- Born: November 25, 1964 Paterson, New Jersey
- Education: Ph.D. in History and Philosophy of Science
- Alma mater: Cambridge University
- Occupation: Professor
- Organization(s): The Institute for Advanced Study, New Jersey, USA

= Myles Jackson =

American historian (born 1964)

Myles W. Jackson (born 25 November 1964 in Paterson, New Jersey) is the inaugural Ernst and Elisabeth Albers-Schönberg Professor in the History of Science at the Institute for Advanced Study in Princeton, New Jersey. He was the Executive Officer of the School of Historical Studies at the IAS from 2023-2026. He was the inaugural Albert Gallatin Research Excellence Professor of the History of Science at New York University-Gallatin, professor of history of the faculty of arts and science of New York University, professor of the division of medical bioethics of NYU-Langone School of Medicine, faculty affiliate of the Engelberg Center on Innovation Law and Policy, NYU School of Law, and director of science and society of the college of arts and science at NYU. He was also the inaugural Dibner Family Professor of the History and Philosophy of Science and Technology at Polytechnic Institute of New York University from 2007 to 2012. The chair is named after Bern Dibner (1897–1988), an electrical engineer, industrialist, historian of science and technology and alumnus of Polytechnic Institute of Brooklyn.

He received his Ph.D. in the history and philosophy of science from Cambridge University in 1991. Before joining the faculty of New York University, he taught at Harvard, the University of Pennsylvania, and the University of Chicago. He has been a senior fellow of the Dibner Institute for the History of Science and Technology at MIT and the Max Planck Institute for the History of Science in Berlin, Germany.
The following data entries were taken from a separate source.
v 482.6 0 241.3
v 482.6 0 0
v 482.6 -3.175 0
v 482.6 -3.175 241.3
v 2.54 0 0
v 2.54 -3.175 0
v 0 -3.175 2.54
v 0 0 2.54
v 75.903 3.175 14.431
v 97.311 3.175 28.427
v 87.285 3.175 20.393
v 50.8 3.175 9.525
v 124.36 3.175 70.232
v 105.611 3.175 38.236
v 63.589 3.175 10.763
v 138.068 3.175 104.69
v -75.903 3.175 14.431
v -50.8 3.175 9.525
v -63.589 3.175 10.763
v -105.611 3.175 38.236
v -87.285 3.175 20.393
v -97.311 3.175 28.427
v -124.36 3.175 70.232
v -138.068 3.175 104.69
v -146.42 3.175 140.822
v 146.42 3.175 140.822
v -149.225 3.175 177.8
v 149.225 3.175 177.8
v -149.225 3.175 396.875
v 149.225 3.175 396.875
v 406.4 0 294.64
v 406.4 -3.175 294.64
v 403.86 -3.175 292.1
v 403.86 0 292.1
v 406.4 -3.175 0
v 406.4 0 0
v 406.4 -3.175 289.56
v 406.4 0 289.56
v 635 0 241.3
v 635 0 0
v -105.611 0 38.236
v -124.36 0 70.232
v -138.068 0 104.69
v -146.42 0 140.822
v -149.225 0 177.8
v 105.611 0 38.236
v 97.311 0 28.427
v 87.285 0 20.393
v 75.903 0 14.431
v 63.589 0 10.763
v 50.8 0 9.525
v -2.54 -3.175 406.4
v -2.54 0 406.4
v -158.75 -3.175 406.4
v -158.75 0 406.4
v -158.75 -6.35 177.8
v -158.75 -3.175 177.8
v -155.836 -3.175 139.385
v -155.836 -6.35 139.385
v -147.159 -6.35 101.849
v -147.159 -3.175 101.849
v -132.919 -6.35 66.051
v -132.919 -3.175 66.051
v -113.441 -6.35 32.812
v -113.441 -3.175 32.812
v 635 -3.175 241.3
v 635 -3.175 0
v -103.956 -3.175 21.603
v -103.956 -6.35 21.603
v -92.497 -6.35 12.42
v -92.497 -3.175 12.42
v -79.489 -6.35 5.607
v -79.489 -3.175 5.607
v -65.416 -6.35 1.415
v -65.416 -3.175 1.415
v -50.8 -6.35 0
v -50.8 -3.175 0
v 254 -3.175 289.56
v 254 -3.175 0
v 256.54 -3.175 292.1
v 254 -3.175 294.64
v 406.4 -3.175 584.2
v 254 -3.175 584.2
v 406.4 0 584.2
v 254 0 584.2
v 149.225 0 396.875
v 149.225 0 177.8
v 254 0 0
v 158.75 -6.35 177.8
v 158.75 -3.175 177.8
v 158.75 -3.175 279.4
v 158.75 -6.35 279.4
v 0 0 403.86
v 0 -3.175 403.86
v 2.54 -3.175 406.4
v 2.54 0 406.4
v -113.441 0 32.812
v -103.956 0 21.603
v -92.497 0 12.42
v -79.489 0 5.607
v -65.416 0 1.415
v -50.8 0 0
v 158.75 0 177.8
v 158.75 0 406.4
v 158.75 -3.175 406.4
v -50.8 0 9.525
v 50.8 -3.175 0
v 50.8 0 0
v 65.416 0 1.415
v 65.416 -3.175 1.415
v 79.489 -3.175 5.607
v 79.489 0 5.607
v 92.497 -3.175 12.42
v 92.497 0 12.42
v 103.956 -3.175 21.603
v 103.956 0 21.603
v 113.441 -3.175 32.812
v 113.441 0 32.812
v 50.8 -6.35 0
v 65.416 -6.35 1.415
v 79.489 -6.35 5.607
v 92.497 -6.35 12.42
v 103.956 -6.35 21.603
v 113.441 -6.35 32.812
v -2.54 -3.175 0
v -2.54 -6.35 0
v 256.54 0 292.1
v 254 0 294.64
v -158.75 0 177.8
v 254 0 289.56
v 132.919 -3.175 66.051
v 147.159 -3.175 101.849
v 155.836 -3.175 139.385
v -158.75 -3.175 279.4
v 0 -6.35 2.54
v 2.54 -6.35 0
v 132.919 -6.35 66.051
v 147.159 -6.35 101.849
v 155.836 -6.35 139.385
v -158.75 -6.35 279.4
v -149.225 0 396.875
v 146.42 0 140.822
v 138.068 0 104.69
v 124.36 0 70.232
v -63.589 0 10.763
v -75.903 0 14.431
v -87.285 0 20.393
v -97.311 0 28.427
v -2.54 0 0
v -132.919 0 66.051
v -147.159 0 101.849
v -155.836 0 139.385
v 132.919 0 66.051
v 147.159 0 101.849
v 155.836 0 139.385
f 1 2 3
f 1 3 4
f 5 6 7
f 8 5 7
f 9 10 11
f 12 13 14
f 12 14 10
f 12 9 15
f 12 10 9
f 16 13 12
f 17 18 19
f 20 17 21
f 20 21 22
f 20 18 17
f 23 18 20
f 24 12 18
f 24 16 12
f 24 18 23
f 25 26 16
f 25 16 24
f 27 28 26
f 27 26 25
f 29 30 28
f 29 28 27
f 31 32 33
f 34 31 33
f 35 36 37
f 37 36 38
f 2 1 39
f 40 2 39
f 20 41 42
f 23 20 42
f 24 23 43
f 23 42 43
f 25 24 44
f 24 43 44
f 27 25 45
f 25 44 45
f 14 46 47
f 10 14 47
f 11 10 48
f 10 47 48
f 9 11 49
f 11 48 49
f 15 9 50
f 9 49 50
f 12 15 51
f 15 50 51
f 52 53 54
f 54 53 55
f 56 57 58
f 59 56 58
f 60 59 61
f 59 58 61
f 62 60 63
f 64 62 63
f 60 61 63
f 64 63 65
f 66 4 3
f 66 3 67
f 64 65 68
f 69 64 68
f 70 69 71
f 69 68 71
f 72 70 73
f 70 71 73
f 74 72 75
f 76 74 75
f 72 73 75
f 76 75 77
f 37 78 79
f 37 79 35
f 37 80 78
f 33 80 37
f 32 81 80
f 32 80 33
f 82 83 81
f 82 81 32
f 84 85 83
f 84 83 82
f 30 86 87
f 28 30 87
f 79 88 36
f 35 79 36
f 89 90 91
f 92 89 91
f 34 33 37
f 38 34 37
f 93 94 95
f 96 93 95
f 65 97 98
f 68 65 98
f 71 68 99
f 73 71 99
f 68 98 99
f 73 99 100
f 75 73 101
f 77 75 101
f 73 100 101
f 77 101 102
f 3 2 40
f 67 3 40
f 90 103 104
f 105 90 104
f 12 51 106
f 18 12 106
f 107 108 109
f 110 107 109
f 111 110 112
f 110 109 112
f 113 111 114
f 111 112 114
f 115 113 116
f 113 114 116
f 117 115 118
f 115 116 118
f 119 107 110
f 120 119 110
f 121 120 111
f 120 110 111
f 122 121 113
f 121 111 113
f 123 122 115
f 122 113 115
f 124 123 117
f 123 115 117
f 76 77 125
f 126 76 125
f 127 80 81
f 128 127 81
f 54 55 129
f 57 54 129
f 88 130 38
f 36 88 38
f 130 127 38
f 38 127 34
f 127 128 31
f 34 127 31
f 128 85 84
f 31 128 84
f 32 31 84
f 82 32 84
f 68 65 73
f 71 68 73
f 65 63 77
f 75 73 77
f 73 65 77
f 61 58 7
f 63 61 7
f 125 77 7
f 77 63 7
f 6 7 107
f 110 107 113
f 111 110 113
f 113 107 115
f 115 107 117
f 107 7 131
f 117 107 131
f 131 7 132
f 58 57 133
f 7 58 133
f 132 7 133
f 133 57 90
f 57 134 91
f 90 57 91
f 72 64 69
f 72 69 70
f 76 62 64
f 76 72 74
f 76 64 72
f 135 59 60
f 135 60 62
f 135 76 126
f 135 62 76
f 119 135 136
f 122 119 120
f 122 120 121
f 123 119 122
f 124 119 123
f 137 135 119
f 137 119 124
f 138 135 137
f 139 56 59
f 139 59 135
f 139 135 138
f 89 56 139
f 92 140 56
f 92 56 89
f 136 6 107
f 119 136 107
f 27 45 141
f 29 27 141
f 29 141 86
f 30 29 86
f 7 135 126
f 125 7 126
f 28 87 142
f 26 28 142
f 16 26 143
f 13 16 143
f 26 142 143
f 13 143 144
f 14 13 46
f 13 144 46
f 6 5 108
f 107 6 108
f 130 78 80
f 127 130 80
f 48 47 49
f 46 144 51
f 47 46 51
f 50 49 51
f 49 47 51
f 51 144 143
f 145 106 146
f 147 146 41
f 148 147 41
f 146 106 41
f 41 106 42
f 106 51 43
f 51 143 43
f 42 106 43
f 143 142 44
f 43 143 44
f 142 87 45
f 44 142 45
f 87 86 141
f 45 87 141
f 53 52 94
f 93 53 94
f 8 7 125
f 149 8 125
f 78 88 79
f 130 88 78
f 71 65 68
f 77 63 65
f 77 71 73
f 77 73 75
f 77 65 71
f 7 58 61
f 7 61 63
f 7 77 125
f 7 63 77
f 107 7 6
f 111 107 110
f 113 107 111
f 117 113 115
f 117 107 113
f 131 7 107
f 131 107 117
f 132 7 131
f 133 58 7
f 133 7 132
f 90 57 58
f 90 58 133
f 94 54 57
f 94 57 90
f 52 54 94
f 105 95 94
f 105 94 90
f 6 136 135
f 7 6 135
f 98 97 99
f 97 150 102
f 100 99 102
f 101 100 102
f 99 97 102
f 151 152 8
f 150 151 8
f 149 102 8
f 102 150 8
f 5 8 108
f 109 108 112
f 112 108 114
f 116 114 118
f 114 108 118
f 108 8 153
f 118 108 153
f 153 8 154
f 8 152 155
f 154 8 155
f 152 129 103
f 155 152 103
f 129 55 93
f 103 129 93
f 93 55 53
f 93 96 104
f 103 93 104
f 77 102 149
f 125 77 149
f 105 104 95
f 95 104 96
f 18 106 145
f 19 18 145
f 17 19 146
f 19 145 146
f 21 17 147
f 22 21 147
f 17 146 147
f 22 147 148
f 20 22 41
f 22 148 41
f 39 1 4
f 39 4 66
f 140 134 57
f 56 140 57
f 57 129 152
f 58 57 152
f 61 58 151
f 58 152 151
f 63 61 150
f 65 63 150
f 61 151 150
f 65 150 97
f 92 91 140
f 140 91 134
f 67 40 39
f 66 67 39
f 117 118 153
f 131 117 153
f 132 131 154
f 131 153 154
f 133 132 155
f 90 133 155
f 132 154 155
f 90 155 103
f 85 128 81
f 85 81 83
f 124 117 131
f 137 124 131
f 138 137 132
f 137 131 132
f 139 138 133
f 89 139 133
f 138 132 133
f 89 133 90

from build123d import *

# Parameters (mm, degrees)
F1_DEPTH = 3.175
F3_DEPTH = 3.175
F5_DEPTH = 3.175
F6_W     = 152.4
F6_H     = 584.2
F6_H_2   = 241.3
F7_DEPTH = 3.175
F9_DEPTH = 25.4


with BuildPart() as f1:
    # F0 (on Front) → F1 (new body)
    with BuildSketch(Plane.XZ):
        with BuildLine():
            Line((158.75, 177.8), (158.75, 406.4))
            Line((158.75, 406.4), (-158.75, 406.4))
            Line((-158.75, 406.4), (-158.75, 177.8))
            ThreePointArc((-158.75, 177.8), (-147.159009, 101.848747), (-113.441281, 32.8121))
            ThreePointArc((-113.441281, 32.8121), (-86.157333, 8.699637), (-50.8, 0))
            Line((-50.8, 0), (0, 0))
            Line((0, 0), (50.8, 0))
            ThreePointArc((50.8, 0), (86.157333, 8.699637), (113.441281, 32.8121))
            ThreePointArc((113.441281, 32.8121), (147.159009, 101.848747), (158.75, 177.8))
        make_face()
    extrude(amount=F1_DEPTH)


with BuildPart() as f3:
    # F2 (on face) → F3 (new body)
    with BuildSketch(Plane.XZ.offset(3.175)):
        with BuildLine():
            Line((-158.75, 279.4), (-158.75, 177.8))
            ThreePointArc((-158.75, 177.8), (-147.159009, 101.848747), (-113.441281, 32.8121))
            ThreePointArc((-113.441281, 32.8121), (-86.157333, 8.699637), (-50.8, 0))
            Line((-50.8, 0), (50.8, 0))
            ThreePointArc((50.8, 0), (86.157333, 8.699637), (113.441281, 32.8121))
            ThreePointArc((113.441281, 32.8121), (147.159009, 101.848747), (158.75, 177.8))
            Line((158.75, 177.8), (158.75, 279.4))
            Line((158.75, 279.4), (-158.75, 279.4))
        make_face()
    extrude(amount=F3_DEPTH)


with BuildPart() as f5:
    # F4 (on face) → F5 (new body)
    with BuildSketch(Plane(origin=(0, 0, 0), x_dir=(-1, 0, 0), z_dir=(0, 1, 0))):
        with BuildLine():
            Line((-50.8, 9.525), (50.8, 9.525))
            ThreePointArc((50.8, 9.525), (81.737666, 17.137182), (105.611121, 38.235587))
            ThreePointArc((105.611121, 38.235587), (138.067587, 104.689816), (149.225, 177.8))
            Line((149.225, 177.8), (149.225, 396.875))
            Line((149.225, 396.875), (-149.225, 396.875))
            Line((-149.225, 396.875), (-149.225, 177.8))
            ThreePointArc((-149.225, 177.8), (-138.067587, 104.689816), (-105.611121, 38.235587))
            ThreePointArc((-105.611121, 38.235587), (-81.737666, 17.137182), (-50.8, 9.525))
        make_face()
    extrude(amount=F5_DEPTH)


with BuildPart() as f7:
    # F6 (on Front) → F7 (new body)
    with BuildSketch(Plane.XZ):
        with Locations((330.2, 292.1)):
            Rectangle(F6_W, F6_H)
        with Locations((558.8, 120.65)):
            Rectangle(F6_W, F6_H_2)
    extrude(amount=F7_DEPTH)


with BuildPart() as f9_tool:
    # F8 (on face) → F9 (new body)
    with BuildSketch(Plane.XZ.offset(6.35)):
        Polygon((0, 2.54), (-2.54, 0), (2.54, 0), align=None)
        Polygon((406.4, 289.56), (406.4, 294.64), (403.86, 292.1), align=None)
        Polygon((256.54, 292.1), (254, 294.64), (254, 289.56), align=None)
        Polygon((2.54, 406.4), (-2.54, 406.4), (0, 403.86), align=None)
    extrude(amount=-F9_DEPTH)


with BuildPart() as f1_1:
    add(f1.part)

    # F9: cut by f9_tool
    add(f9_tool.part, mode=Mode.SUBTRACT)


with BuildPart() as f3_1:
    add(f3.part)

    # F9: cut by f9_tool
    add(f9_tool.part, mode=Mode.SUBTRACT)


with BuildPart() as f7_1:
    add(f7.part)

    # F9: cut by f9_tool
    add(f9_tool.part, mode=Mode.SUBTRACT)


solid = Compound([f5.part, f1_1.part, f3_1.part, f7_1.part])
He is the author of numerous articles on the history, philosophy, and sociology of science and technology, with a particular emphasis on the cultural history of nineteenth-century German physics. He has also authored two books, Harmonious Triads: Physicists, Musicians, and Instrument Makers in Nineteenth-Century Germany and Spectrum of Belief: Joseph von Fraunhofer and the Craft of Precision Optics, which won the Paul Bunge Prize of the German Chemical Society for the best work on the history of scientific instruments in 2005 and the Hans Sauer Prize for the best work on the history of inventors and inventions in 2007. Spectrum of Belief has been translated into German, Fraunhofers Spektren: Die Präzisionsoptik als Handwerkskunst. He has co-edited a collection of essays entitled Music, Sound, and the Laboratory, with the University of Chicago Press published in 2013. He is the editor of Perspectives on Science: Gene Patenting (MIT Press, 2015). And his monograph, The Genealogy of a Gene: Patents, HIV/AIDS, and Race, was published by MIT Press in 2015 (paperback 2017). He has just completed a book entitled Broadcasting Fidelity: German Radio and the Rise of Early Electronic Music (Princeton University Press, 2024), which explores the collaborations between physicists, electrical engineers, physiologists, and musicians that led to improving the fidelity of early German radio broadcasts during the 1920s and '30s and inventing an early electronic musical instrument, the trautonium.

He was elected member of the Erfurt Academy of Sciences in 2009, of the German National Academy of Sciences - Leopoldina (Halle) in December 2011, and as a corresponding member of the Académie Internationale d'Histoire des Science in 2012., Saxon Academy of Science and Humanities of Leipzig in 2026, and the American Philosophical Society in 2026. He has worked on issues of genetic privacy and the effects of intellectual property law and the patenting of human genes on research in molecular biology and served as an expert for the ACLU in their lawsuit against Myriad Genetics on the BRCA 1 and 2 gene patents. He has been the recipient of an Alexander-von-Humboldt Fellowship in 1999–2000, and in 2010 he received the Francis Bacon Prize in the History of Science and Technology from Caltech, where he was the Francis Bacon Visiting professor of History of Science and Technology in 2012. In 2014 he received the Reimar Lüst/Humboldt Prize of the Alexander von Humboldt Foundation and was named Bosch Public Policy Fellow of the American Academy in Berlin. He was a fellow at the Wissenschaftskolleg (Institute for Advanced Study) in Berlin for the academic year 2016–17. He was a member of the Board of Directors of the American Friends of the Alexander von Humboldt Foundation from 2019 to 2022. He was elected to acatech, the German Academy of Science and Engineering in 2023.